• Exercise prompt:
From the first line onward, reproduce the records exactly; the final line to include is the one holding "#10=(NAMED_UNIT(*)SI_UNIT($,.STERADIAN.)SOLID_ANGLE_UNIT());".

::: Data records

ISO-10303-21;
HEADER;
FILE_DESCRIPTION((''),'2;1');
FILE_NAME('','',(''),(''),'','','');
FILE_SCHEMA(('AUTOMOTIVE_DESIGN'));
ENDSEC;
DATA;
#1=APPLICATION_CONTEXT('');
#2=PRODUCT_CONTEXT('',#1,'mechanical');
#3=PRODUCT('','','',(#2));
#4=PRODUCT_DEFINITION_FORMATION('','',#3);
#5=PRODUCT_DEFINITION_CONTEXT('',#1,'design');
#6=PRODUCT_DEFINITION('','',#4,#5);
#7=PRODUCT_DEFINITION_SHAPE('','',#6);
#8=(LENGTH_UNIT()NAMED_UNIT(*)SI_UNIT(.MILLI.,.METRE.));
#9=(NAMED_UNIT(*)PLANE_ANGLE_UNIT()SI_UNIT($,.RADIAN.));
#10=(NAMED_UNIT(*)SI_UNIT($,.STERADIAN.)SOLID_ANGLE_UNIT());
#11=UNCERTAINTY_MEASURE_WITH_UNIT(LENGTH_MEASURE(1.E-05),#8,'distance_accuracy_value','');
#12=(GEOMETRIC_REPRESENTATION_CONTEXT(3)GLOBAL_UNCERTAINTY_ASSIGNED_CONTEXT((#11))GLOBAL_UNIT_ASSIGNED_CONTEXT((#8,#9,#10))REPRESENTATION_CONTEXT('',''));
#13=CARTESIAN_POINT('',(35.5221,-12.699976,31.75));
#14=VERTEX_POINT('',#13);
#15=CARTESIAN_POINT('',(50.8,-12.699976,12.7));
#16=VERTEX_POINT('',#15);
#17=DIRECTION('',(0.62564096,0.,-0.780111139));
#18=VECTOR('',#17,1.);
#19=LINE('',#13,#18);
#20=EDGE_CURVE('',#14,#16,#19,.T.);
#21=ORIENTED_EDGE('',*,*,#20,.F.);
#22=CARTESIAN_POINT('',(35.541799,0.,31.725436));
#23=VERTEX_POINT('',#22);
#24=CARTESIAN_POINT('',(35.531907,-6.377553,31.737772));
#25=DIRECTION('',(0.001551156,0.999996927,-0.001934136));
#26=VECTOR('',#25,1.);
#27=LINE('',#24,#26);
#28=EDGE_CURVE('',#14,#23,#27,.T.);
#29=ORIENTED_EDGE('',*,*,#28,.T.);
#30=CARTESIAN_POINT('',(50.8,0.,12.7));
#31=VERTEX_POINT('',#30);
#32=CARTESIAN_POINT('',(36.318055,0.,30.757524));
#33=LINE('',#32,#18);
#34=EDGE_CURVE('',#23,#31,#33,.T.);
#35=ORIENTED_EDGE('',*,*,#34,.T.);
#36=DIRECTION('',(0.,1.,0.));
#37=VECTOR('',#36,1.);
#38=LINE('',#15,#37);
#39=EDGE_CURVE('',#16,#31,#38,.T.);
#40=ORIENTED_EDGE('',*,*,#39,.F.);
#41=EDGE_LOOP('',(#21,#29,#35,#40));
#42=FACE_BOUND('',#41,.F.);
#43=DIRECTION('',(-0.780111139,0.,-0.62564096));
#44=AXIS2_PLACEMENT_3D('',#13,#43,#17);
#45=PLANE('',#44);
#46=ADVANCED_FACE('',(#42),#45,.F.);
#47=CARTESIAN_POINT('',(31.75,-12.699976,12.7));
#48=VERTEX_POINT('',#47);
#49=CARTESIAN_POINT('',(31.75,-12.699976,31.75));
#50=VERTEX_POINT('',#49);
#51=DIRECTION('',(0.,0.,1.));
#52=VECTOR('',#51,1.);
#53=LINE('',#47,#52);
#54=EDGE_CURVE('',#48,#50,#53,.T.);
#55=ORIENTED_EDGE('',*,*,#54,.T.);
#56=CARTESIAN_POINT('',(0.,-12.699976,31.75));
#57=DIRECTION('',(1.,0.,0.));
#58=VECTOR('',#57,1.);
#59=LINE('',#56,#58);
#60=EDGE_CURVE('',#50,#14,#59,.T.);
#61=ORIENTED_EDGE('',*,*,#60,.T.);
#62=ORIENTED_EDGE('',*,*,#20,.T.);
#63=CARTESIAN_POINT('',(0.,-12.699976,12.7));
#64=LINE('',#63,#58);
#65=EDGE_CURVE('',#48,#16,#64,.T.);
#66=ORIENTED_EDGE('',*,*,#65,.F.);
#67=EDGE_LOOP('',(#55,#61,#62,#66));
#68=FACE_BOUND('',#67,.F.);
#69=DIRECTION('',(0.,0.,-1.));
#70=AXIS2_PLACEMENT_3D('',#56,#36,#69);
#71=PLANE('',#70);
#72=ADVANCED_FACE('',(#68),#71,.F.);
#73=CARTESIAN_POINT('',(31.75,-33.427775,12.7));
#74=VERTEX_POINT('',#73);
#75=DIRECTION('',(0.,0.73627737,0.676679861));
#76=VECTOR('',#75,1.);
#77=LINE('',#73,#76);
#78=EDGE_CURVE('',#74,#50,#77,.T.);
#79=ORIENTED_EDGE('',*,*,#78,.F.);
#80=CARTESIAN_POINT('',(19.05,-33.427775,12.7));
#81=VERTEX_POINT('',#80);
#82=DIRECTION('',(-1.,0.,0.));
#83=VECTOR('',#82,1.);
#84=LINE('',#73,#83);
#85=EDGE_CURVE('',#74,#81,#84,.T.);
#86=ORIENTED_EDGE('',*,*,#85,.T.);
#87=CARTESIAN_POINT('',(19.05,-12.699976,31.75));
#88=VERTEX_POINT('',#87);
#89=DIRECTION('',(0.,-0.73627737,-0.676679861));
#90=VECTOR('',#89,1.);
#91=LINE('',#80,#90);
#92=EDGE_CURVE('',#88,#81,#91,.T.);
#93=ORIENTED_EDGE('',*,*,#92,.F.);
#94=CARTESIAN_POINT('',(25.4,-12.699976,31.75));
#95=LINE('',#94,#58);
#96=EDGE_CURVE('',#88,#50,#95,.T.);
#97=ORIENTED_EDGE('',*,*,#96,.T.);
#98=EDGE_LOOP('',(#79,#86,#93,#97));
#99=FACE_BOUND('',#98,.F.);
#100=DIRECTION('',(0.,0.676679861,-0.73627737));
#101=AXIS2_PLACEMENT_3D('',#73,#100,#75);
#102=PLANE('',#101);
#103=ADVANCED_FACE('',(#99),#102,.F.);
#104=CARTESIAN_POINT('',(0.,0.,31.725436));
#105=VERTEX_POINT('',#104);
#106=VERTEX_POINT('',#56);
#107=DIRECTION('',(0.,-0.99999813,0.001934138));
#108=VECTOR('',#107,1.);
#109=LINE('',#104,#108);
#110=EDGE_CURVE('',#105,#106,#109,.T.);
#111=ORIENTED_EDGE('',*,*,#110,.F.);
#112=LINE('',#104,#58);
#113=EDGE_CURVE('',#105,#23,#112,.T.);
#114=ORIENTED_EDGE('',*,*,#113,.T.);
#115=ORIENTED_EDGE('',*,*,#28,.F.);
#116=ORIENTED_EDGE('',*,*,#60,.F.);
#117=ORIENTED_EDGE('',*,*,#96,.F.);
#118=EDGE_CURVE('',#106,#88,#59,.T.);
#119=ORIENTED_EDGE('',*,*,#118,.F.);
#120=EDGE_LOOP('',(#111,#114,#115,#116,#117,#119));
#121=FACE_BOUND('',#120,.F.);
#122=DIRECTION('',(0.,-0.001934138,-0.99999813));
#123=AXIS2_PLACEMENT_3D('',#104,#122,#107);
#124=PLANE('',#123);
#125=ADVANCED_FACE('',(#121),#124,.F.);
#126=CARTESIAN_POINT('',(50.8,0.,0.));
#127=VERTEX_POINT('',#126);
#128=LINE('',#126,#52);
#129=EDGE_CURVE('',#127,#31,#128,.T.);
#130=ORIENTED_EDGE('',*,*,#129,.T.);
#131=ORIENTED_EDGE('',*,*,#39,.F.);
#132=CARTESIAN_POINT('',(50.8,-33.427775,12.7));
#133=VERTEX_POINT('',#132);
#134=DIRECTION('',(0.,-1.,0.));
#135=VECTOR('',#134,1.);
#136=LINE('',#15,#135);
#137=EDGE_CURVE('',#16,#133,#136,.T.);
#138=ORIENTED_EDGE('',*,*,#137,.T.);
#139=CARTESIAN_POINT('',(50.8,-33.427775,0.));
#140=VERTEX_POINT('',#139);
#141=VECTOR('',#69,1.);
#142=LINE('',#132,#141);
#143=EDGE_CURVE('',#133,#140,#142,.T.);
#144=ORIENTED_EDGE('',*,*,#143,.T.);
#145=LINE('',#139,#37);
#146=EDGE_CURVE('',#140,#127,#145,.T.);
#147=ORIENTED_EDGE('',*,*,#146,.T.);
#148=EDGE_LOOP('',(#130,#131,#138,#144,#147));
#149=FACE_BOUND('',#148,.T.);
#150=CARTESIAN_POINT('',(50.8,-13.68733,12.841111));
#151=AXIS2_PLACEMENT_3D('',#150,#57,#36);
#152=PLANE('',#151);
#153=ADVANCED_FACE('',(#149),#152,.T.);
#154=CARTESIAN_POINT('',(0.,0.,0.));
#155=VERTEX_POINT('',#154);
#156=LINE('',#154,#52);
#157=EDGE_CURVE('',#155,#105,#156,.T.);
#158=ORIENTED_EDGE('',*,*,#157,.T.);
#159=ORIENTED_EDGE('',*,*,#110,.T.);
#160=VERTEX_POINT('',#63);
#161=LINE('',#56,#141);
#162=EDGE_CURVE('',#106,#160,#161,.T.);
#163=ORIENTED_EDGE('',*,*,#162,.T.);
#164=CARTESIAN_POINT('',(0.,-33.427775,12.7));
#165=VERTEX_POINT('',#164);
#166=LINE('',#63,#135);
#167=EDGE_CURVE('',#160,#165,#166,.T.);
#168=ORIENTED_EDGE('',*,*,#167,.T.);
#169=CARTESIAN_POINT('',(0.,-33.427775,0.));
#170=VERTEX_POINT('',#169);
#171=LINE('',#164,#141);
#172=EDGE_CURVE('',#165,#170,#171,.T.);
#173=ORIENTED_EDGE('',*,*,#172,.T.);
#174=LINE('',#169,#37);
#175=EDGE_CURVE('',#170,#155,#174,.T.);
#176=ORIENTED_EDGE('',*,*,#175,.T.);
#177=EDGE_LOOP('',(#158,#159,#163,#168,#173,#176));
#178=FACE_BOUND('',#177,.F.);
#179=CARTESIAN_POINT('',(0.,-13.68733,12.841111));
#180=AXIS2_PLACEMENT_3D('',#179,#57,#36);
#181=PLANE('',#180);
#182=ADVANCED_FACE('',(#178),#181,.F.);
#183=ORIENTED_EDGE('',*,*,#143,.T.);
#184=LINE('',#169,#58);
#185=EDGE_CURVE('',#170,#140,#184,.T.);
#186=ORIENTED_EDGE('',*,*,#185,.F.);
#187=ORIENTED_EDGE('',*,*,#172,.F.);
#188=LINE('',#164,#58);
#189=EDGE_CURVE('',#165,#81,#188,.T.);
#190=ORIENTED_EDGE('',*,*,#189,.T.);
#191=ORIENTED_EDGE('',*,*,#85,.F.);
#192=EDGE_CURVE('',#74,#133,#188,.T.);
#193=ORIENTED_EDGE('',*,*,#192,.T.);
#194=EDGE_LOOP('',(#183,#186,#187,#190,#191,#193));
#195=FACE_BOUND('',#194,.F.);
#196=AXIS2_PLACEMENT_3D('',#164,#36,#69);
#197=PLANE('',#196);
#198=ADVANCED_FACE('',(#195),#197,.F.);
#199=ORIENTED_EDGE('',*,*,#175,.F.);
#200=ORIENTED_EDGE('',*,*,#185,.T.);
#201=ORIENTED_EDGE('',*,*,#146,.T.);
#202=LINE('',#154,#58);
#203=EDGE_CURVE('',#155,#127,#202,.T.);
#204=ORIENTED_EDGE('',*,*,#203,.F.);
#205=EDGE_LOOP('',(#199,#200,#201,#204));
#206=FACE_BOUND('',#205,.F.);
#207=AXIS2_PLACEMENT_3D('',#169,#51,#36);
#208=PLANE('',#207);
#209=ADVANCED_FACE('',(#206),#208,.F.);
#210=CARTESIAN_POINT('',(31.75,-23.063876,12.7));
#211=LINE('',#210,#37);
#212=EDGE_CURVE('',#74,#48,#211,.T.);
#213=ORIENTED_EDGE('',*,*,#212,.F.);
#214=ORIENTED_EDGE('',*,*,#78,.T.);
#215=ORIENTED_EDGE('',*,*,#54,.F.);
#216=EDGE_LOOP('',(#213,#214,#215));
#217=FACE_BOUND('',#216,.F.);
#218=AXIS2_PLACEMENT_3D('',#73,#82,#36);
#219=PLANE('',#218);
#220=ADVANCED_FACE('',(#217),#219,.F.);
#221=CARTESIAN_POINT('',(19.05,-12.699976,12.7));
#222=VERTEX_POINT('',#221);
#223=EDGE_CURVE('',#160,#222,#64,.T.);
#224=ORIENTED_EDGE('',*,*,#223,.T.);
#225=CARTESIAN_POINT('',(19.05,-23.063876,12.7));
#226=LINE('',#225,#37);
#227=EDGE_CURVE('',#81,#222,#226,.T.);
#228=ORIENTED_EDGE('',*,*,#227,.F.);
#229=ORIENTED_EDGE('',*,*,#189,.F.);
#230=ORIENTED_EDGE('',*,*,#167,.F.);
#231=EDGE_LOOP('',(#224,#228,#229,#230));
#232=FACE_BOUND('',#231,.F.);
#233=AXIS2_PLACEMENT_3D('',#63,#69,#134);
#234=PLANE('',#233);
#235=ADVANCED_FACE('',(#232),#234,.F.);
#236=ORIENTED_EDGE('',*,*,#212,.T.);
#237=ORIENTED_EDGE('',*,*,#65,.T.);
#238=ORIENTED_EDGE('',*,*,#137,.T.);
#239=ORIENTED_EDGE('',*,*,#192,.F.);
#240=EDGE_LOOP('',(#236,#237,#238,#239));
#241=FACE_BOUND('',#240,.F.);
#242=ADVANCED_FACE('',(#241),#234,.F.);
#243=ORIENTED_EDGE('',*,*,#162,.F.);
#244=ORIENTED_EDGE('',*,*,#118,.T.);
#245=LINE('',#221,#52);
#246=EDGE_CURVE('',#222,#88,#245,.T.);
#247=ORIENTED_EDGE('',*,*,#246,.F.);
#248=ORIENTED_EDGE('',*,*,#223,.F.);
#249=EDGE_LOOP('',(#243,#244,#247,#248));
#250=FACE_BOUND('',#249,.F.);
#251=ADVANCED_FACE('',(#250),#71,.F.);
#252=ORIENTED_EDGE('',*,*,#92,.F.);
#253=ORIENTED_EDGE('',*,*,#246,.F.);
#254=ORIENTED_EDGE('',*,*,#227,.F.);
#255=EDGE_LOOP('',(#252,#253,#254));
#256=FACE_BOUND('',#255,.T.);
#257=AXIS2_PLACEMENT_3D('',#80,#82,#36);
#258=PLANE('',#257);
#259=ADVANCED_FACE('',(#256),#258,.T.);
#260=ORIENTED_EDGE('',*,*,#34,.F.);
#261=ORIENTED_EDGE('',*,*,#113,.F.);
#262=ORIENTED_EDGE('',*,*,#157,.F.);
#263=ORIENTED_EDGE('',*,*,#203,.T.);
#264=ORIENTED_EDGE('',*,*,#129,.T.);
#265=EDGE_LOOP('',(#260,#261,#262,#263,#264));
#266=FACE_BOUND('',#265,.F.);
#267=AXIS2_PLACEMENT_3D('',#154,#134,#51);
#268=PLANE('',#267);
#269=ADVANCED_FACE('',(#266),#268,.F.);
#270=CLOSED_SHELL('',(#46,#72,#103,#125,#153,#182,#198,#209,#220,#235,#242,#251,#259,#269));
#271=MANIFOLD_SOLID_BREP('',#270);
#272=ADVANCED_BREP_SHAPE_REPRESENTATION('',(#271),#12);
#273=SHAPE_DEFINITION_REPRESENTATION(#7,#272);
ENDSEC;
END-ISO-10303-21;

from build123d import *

# Parameters (mm, degrees)
F1_DEPTH = 50.8
F3_DEPTH = 25.4
F4_W     = 12.7
F4_H     = 20.7277986608
F5_DEPTH = 19.05
F7_DEPTH = 25.4


with BuildPart() as f1:
    # F0 (on Right) → F1 (new body)
    with BuildSketch(Plane.YZ):
        Polygon((0, 0), (0, 31.7254364491), (-12.6999762453, 31.75), (-12.6999762453, 12.7), (-33.4277749062, 12.7), (-33.4277749062, 0), align=None)
    extrude(amount=F1_DEPTH)

    # F2 (on face) → F3 (cut)
    with BuildSketch(Plane.XZ.offset(12.6999762453)):
        Polygon((50.8, 31.75), (35.5220995843, 31.75), (50.8, 12.7), align=None)
    extrude(amount=-F3_DEPTH, mode=Mode.SUBTRACT)

    # F4 (on face) → F5 (join)
    with BuildSketch(Plane.XY.offset(12.7)):
        with Locations((25.4, -23.0638755757)):
            Rectangle(F4_W, F4_H)
    extrude(amount=F5_DEPTH)

    # F6 (on face) → F7 (cut)
    with BuildSketch(Plane.YZ.offset(31.75)):
        Polygon((-33.4277749062, 31.75), (-33.4277749062, 12.7), (-12.6999762453, 31.75), align=None)
    extrude(amount=-F7_DEPTH, mode=Mode.SUBTRACT)


solid = f1.part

::::::

• Your solution:
ISO-10303-21;
HEADER;
FILE_DESCRIPTION((''),'2;1');
FILE_NAME('','',(''),(''),'','','');
FILE_SCHEMA(('AUTOMOTIVE_DESIGN'));
ENDSEC;
DATA;
#1=APPLICATION_CONTEXT('');
#2=PRODUCT_CONTEXT('',#1,'mechanical');
#3=PRODUCT('','','',(#2));
#4=PRODUCT_DEFINITION_FORMATION('','',#3);
#5=PRODUCT_DEFINITION_CONTEXT('',#1,'design');
#6=PRODUCT_DEFINITION('','',#4,#5);
#7=PRODUCT_DEFINITION_SHAPE('','',#6);
#8=(LENGTH_UNIT()NAMED_UNIT(*)SI_UNIT(.MILLI.,.METRE.));
#9=(NAMED_UNIT(*)PLANE_ANGLE_UNIT()SI_UNIT($,.RADIAN.));
#10=(NAMED_UNIT(*)SI_UNIT($,.STERADIAN.)SOLID_ANGLE_UNIT());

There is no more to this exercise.